Task item -
Where the material below has a line containing "#6=PRODUCT_DEFINITION('','',#4,#5);", start repeating exactly, and keep going through the line containing "#53=ORIENTED_EDGE('',*,*,#52,.T.);", with no other lines.

━━ Data supplied

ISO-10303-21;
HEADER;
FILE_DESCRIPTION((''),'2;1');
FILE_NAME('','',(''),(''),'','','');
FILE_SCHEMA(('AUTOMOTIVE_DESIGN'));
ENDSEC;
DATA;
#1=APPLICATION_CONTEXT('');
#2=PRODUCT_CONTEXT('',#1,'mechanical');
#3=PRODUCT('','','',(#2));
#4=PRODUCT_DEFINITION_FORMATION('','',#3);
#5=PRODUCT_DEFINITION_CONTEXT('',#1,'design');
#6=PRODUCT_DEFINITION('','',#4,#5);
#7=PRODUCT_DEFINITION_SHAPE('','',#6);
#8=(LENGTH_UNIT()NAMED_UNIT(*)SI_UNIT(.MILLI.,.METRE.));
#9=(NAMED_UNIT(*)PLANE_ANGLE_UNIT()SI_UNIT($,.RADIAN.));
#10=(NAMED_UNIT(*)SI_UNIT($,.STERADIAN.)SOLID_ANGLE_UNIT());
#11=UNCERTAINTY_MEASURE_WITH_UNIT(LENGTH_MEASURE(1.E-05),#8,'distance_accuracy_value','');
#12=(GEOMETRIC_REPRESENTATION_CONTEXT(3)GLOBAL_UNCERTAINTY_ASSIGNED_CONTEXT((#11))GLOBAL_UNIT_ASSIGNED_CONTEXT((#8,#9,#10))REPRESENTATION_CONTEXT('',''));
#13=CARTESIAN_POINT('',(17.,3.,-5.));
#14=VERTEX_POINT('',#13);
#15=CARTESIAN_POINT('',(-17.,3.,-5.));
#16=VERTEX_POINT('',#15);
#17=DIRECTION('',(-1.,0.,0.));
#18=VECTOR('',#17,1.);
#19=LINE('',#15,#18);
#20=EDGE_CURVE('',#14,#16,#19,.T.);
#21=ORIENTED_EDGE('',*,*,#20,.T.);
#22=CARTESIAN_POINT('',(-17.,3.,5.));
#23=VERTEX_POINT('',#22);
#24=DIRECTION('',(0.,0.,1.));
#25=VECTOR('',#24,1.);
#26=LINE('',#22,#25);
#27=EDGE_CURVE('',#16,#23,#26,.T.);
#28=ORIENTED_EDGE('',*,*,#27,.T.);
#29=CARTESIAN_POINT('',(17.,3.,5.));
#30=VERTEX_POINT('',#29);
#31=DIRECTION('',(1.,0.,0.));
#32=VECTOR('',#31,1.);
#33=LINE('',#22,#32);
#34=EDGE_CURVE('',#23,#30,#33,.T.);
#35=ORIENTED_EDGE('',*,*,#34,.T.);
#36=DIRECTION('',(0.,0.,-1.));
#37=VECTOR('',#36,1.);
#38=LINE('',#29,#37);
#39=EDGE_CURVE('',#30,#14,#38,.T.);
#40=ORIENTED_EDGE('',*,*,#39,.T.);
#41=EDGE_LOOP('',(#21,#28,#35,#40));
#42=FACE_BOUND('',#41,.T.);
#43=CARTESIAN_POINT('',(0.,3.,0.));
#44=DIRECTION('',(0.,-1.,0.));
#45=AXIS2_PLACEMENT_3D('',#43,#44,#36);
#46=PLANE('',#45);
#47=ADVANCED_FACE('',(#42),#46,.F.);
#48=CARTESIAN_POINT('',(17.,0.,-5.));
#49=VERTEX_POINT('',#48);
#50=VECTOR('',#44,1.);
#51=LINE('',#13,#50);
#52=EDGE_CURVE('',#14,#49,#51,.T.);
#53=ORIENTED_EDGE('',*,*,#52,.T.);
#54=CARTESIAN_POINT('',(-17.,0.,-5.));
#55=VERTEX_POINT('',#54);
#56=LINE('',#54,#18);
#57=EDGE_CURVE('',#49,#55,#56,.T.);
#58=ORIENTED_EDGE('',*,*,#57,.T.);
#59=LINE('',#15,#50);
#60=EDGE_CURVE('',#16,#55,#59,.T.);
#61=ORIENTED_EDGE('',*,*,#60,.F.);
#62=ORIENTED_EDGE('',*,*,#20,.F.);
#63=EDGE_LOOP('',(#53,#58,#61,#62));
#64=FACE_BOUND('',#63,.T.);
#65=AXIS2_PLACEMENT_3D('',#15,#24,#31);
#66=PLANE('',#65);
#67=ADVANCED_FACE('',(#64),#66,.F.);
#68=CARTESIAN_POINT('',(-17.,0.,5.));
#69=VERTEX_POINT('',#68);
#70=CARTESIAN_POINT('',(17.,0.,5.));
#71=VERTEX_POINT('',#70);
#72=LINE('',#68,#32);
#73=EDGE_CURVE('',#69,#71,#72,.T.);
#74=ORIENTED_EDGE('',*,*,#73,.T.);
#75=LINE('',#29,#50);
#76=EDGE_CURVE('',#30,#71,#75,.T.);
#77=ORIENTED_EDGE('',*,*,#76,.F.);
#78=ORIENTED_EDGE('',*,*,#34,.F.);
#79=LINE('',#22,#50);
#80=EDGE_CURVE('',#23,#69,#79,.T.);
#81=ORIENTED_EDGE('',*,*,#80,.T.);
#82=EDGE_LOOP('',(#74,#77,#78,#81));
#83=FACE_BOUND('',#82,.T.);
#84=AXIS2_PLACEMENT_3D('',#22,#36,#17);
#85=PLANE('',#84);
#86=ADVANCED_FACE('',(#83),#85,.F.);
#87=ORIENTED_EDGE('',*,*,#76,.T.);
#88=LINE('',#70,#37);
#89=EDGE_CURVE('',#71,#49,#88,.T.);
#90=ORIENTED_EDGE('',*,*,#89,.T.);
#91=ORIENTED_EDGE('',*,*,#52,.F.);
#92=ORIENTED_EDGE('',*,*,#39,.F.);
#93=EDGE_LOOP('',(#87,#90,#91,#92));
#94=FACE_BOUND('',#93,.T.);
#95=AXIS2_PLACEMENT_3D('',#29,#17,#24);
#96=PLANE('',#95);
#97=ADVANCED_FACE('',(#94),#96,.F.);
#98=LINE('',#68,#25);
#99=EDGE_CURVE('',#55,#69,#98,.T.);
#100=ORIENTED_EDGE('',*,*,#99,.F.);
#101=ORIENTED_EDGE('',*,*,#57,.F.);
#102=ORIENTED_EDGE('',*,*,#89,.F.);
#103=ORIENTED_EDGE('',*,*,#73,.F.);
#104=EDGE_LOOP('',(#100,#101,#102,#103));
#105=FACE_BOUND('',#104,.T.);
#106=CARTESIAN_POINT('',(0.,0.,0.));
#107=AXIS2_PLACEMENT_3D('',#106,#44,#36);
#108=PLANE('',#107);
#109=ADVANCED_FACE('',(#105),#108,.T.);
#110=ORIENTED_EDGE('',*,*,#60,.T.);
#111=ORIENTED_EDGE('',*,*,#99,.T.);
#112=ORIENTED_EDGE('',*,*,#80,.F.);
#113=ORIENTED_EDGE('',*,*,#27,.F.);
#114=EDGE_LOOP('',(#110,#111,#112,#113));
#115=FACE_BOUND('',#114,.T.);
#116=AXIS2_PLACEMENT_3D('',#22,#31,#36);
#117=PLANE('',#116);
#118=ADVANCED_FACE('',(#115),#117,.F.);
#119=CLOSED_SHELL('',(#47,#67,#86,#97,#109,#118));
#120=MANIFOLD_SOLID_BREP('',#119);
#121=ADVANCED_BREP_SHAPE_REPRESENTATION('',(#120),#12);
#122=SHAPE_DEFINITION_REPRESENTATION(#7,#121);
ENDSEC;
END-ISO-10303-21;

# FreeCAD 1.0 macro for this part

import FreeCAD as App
import Part
import Sketcher

V = App.Vector
Q = App.Units.Quantity


def add_polygon(sketch, points):
    """Adds a closed chain of lines whose ends are joined by coincident constraints."""
    first, n = sketch.GeometryCount, len(points)
    for a, b in zip(points, points[1:] + points[:1]):
        sketch.addGeometry(Part.LineSegment(App.Vector(*a, 0), App.Vector(*b, 0)), False)
    for i in range(n):
        sketch.addConstraint(Sketcher.Constraint("Coincident", first + i, 2, first + (i + 1) % n, 1))

doc = App.newDocument("Part")
params = doc.addObject("Spreadsheet::Sheet", "Params")
for row, (alias, value) in enumerate([
    ("sketch1_width", "34 mm"),
    ("sketch1_height", "10 mm"),
    ("pad1_length", "3 mm"),
], start=1):
    params.set(f"A{row}", alias)
    params.set(f"B{row}", "=" + value)
    params.setAlias(f"B{row}", alias)

body = doc.addObject("PartDesign::Body", "Body")

# Sketch on XZ plane
sketch1 = body.newObject("Sketcher::SketchObject", "Sketch")
sketch1.AttachmentSupport = (doc.getObject("XZ_Plane"), [""])
sketch1.MapMode = "FlatFace"
add_polygon(sketch1, [(-17, -5), (-17, 5), (17, 5), (17, -5)])  # lines 0-3
sketch1.addConstraint(Sketcher.Constraint("Vertical", 0))
sketch1.addConstraint(Sketcher.Constraint("Horizontal", 1))
sketch1.addConstraint(Sketcher.Constraint("Vertical", 2))
sketch1.addConstraint(Sketcher.Constraint("Horizontal", 3))
sketch1.addConstraint(Sketcher.Constraint("Symmetric", 0, 2, 2, 2, -1, 1))
sketch1.addConstraint(Sketcher.Constraint("DistanceX", 1, 1, 1, 2, Q("34 mm")))
sketch1.addConstraint(Sketcher.Constraint("DistanceY", 0, 1, 0, 2, Q("10 mm")))
sketch1.setExpression("Constraints[9]", "Params.sketch1_width")
sketch1.setExpression("Constraints[10]", "Params.sketch1_height")
pad1 = body.newObject("PartDesign::Pad", "Pad")
pad1.Profile = sketch1
pad1.setExpression("Length", "Params.pad1_length")
pad1.Reversed = True

doc.recompute()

━━━━

Solution to this exercise -
#6=PRODUCT_DEFINITION('','',#4,#5);
#7=PRODUCT_DEFINITION_SHAPE('','',#6);
#8=(LENGTH_UNIT()NAMED_UNIT(*)SI_UNIT(.MILLI.,.METRE.));
#9=(NAMED_UNIT(*)PLANE_ANGLE_UNIT()SI_UNIT($,.RADIAN.));
#10=(NAMED_UNIT(*)SI_UNIT($,.STERADIAN.)SOLID_ANGLE_UNIT());
#11=UNCERTAINTY_MEASURE_WITH_UNIT(LENGTH_MEASURE(1.E-05),#8,'distance_accuracy_value','');
#12=(GEOMETRIC_REPRESENTATION_CONTEXT(3)GLOBAL_UNCERTAINTY_ASSIGNED_CONTEXT((#11))GLOBAL_UNIT_ASSIGNED_CONTEXT((#8,#9,#10))REPRESENTATION_CONTEXT('',''));
#13=CARTESIAN_POINT('',(17.,3.,-5.));
#14=VERTEX_POINT('',#13);
#15=CARTESIAN_POINT('',(-17.,3.,-5.));
#16=VERTEX_POINT('',#15);
#17=DIRECTION('',(-1.,0.,0.));
#18=VECTOR('',#17,1.);
#19=LINE('',#15,#18);
#20=EDGE_CURVE('',#14,#16,#19,.T.);
#21=ORIENTED_EDGE('',*,*,#20,.T.);
#22=CARTESIAN_POINT('',(-17.,3.,5.));
#23=VERTEX_POINT('',#22);
#24=DIRECTION('',(0.,0.,1.));
#25=VECTOR('',#24,1.);
#26=LINE('',#22,#25);
#27=EDGE_CURVE('',#16,#23,#26,.T.);
#28=ORIENTED_EDGE('',*,*,#27,.T.);
#29=CARTESIAN_POINT('',(17.,3.,5.));
#30=VERTEX_POINT('',#29);
#31=DIRECTION('',(1.,0.,0.));
#32=VECTOR('',#31,1.);
#33=LINE('',#22,#32);
#34=EDGE_CURVE('',#23,#30,#33,.T.);
#35=ORIENTED_EDGE('',*,*,#34,.T.);
#36=DIRECTION('',(0.,0.,-1.));
#37=VECTOR('',#36,1.);
#38=LINE('',#29,#37);
#39=EDGE_CURVE('',#30,#14,#38,.T.);
#40=ORIENTED_EDGE('',*,*,#39,.T.);
#41=EDGE_LOOP('',(#21,#28,#35,#40));
#42=FACE_BOUND('',#41,.T.);
#43=CARTESIAN_POINT('',(0.,3.,0.));
#44=DIRECTION('',(0.,-1.,0.));
#45=AXIS2_PLACEMENT_3D('',#43,#44,#36);
#46=PLANE('',#45);
#47=ADVANCED_FACE('',(#42),#46,.F.);
#48=CARTESIAN_POINT('',(17.,0.,-5.));
#49=VERTEX_POINT('',#48);
#50=VECTOR('',#44,1.);
#51=LINE('',#13,#50);
#52=EDGE_CURVE('',#14,#49,#51,.T.);
#53=ORIENTED_EDGE('',*,*,#52,.T.);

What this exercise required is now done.